Little Venice – or Tiefwerder – is a Berlin secret. The one-time fishing village among the Havel reed beds lies fifteen minute’s drive – and a century’s time travel – away from the Brandenburg Gate. In this leafy, watery enclave of 19th century ‘settler’s houses’ and sleepy weekend cottages, water laps at the foot of overgrown lawns. Sunday gardeners snooze beneath their open newspapers. Pike breed in the shallows. It’s a place of remarkable quiet where almost no work seems to get done – apart from the dipping of paddles in the cool waters.
Berlin’s many waterways are awash with paddling, puffing, tacking traffic for three season a year. Luxurious Stern und Kreisschiffahrt tour ships ply between 80 landing points from the Berliner Dom to Potsdam and Köpenick. BVG public ferries scoot across the Havel and Kleiner Müggelsee. Bright white sailing boats skim over the Wannsee. Heavy coal barges chug along the Hohenzollernkanal into Westhafen. And on hot summer days an armada of small craft flood the central Landwehrkanal.
In days gone by the Landwehrkanal – a six mile long urban canal which runs parallel to the Spree – was a popular spot for dumping both rubbish and corpses. Murder victims were often found floating in its murky waters, most notable among them the Communist activist Rosa Luxemburg whose body was dropped through the ice in January 1919. Today instead of corpses, the city waters abound with dinghies and inflatable rafts. Families, friends and lovers drift alongside Paul-Linke-Ufer, enjoying the breeze, pulling ashore to picnic or restock their cool boxes. Balconies along the canal often double as boathouses for canoes and windsurfboards.

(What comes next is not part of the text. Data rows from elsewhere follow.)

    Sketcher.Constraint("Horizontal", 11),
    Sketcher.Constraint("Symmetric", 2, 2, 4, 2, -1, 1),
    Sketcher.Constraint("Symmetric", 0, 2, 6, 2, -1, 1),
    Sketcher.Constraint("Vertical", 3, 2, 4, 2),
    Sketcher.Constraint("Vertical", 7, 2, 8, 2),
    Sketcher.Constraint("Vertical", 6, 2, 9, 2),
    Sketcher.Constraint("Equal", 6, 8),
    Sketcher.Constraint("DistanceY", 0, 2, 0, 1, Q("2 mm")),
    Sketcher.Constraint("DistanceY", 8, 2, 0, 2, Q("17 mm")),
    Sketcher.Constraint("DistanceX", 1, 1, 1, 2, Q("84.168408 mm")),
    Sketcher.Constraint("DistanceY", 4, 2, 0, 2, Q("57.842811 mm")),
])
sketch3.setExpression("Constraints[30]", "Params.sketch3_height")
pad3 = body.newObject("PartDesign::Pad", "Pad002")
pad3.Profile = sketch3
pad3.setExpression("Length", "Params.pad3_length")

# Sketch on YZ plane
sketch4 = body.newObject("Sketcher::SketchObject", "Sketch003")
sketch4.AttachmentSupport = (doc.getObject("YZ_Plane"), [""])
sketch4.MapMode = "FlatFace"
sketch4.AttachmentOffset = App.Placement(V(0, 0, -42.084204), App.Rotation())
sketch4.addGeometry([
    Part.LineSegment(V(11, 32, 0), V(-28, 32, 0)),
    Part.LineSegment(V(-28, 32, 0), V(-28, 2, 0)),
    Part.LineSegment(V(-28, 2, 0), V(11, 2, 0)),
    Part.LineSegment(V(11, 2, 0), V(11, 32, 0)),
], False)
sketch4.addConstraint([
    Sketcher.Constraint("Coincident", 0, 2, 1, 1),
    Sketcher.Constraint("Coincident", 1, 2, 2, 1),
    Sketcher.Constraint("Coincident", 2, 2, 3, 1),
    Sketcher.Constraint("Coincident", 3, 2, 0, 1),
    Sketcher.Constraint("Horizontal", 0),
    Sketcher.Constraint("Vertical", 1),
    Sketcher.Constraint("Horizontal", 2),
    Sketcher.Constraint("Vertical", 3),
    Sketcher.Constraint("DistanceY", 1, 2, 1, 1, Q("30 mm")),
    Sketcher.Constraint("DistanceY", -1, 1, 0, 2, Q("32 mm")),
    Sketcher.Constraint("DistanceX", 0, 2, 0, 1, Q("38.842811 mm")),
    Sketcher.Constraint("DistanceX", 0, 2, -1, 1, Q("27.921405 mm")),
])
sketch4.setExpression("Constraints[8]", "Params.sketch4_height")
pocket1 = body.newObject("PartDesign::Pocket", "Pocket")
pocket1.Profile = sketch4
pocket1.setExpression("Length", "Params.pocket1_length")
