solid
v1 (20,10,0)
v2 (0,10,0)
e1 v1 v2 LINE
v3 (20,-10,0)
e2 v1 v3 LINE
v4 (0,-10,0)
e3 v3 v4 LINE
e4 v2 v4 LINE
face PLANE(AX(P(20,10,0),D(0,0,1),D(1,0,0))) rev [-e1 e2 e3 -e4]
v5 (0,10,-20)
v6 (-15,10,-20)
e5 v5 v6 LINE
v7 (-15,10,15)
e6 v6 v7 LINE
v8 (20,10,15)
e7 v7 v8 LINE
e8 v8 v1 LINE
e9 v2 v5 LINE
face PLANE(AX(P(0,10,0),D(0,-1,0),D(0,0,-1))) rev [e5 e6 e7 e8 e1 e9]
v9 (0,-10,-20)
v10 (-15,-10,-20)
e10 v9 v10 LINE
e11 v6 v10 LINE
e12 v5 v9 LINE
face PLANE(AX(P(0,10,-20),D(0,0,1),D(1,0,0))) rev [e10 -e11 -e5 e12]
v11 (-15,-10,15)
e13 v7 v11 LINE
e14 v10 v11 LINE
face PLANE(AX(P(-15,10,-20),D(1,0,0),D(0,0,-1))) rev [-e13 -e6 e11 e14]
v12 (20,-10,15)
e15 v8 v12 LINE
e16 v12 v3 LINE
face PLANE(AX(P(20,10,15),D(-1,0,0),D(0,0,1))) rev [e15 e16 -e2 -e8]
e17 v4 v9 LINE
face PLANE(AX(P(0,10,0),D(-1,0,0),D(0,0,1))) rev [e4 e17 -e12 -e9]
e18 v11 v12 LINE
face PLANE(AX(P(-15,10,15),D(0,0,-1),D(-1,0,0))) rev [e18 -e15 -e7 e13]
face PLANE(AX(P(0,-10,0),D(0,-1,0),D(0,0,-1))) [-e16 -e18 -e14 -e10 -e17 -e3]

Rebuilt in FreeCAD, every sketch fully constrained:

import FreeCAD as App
import Part
import Sketcher
from FreeCAD import Vector
Q = App.Units.Quantity


def add_polygon(sketch, points):
    """Adds a closed chain of lines whose ends are joined by coincident constraints."""
    first, n = sketch.GeometryCount, len(points)
    for a, b in zip(points, points[1:] + points[:1]):
        sketch.addGeometry(Part.LineSegment(App.Vector(*a, 0), App.Vector(*b, 0)), False)
    for i in range(n):
        sketch.addConstraint(Sketcher.Constraint("Coincident", first + i, 2, first + (i + 1) % n, 1))

doc = App.newDocument("Part")
body = doc.addObject("PartDesign::Body", "Body")

# Sketch on XZ plane
sketch1 = body.newObject("Sketcher::SketchObject", "Sketch")
sketch1.AttachmentSupport = (doc.getObject("XZ_Plane"), [""])
sketch1.MapMode = "FlatFace"
add_polygon(sketch1, [(0, 0), (0, -20), (-15, -20), (-15, 15), (20, 15), (20, 0)])  # lines 0-5
sketch1.addConstraint(Sketcher.Constraint("Vertical", 0))
sketch1.addConstraint(Sketcher.Constraint("Horizontal", 1))
sketch1.addConstraint(Sketcher.Constraint("Vertical", 2))
sketch1.addConstraint(Sketcher.Constraint("Horizontal", 3))
sketch1.addConstraint(Sketcher.Constraint("Vertical", 4))
sketch1.addConstraint(Sketcher.Constraint("Horizontal", 5))
sketch1.addConstraint(Sketcher.Constraint("Coincident", 5, 2, -1, 1))
sketch1.addConstraint(Sketcher.Constraint("Equal", 5, 0))
sketch1.addConstraint(Sketcher.Constraint("Equal", 3, 2))
sketch1.addConstraint(Sketcher.Constraint("DistanceX", 1, 2, 1, 1, Q("15 mm")))
sketch1.addConstraint(Sketcher.Constraint("DistanceX", 3, 1, 3, 2, Q("35 mm")))
pad1 = body.newObject("PartDesign::Pad", "Pad")
pad1.Profile = sketch1
pad1.Length = 20
pad1.Midplane = True

doc.recompute()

But for me the loveliest waterways are in the Tiefwerder. Last weekend we rented with friends a ‘Canadier’ canoe and a kayak from the friendly folks at Der Bootladen. At the end of a leafy lane off Heerstrasse we cast off from their dock to idle along the narrow canals, pottering between lily pad beds and flotillas of ducks, drifting under huge weeping willows and foot bridges.
For a bit of excitement (and to increase the heart rate) we then joined the Havel to vie with vast barges and Stern und Kreisschiffahrt tour ships through the narrow Pichelssee channel. Beyond its lighthouses the river opens into a lake, dotted with sailing boats and other pleasure craft. Here the shore offers dozens of sandy beaches, and we paused on Schildhorn to picnic and swim.
(Come winter most of rivers and lakes become skating rings and, when the ice is thick enough, skaters speed around the Havel and along the Landwehrkanal.)
Given the city’s history of division, it’s no surprise that Berlin also boasts an eastern Little Venice. At the edge of the Großer Müggelsee, a second Klein-Venedig (or Neu-Venedig) is tucked away near Rahnsdorf S-Bahn station. But whether in east or west, there are few better places in northern Europe to let than days drift away than on Berlin’s waterways.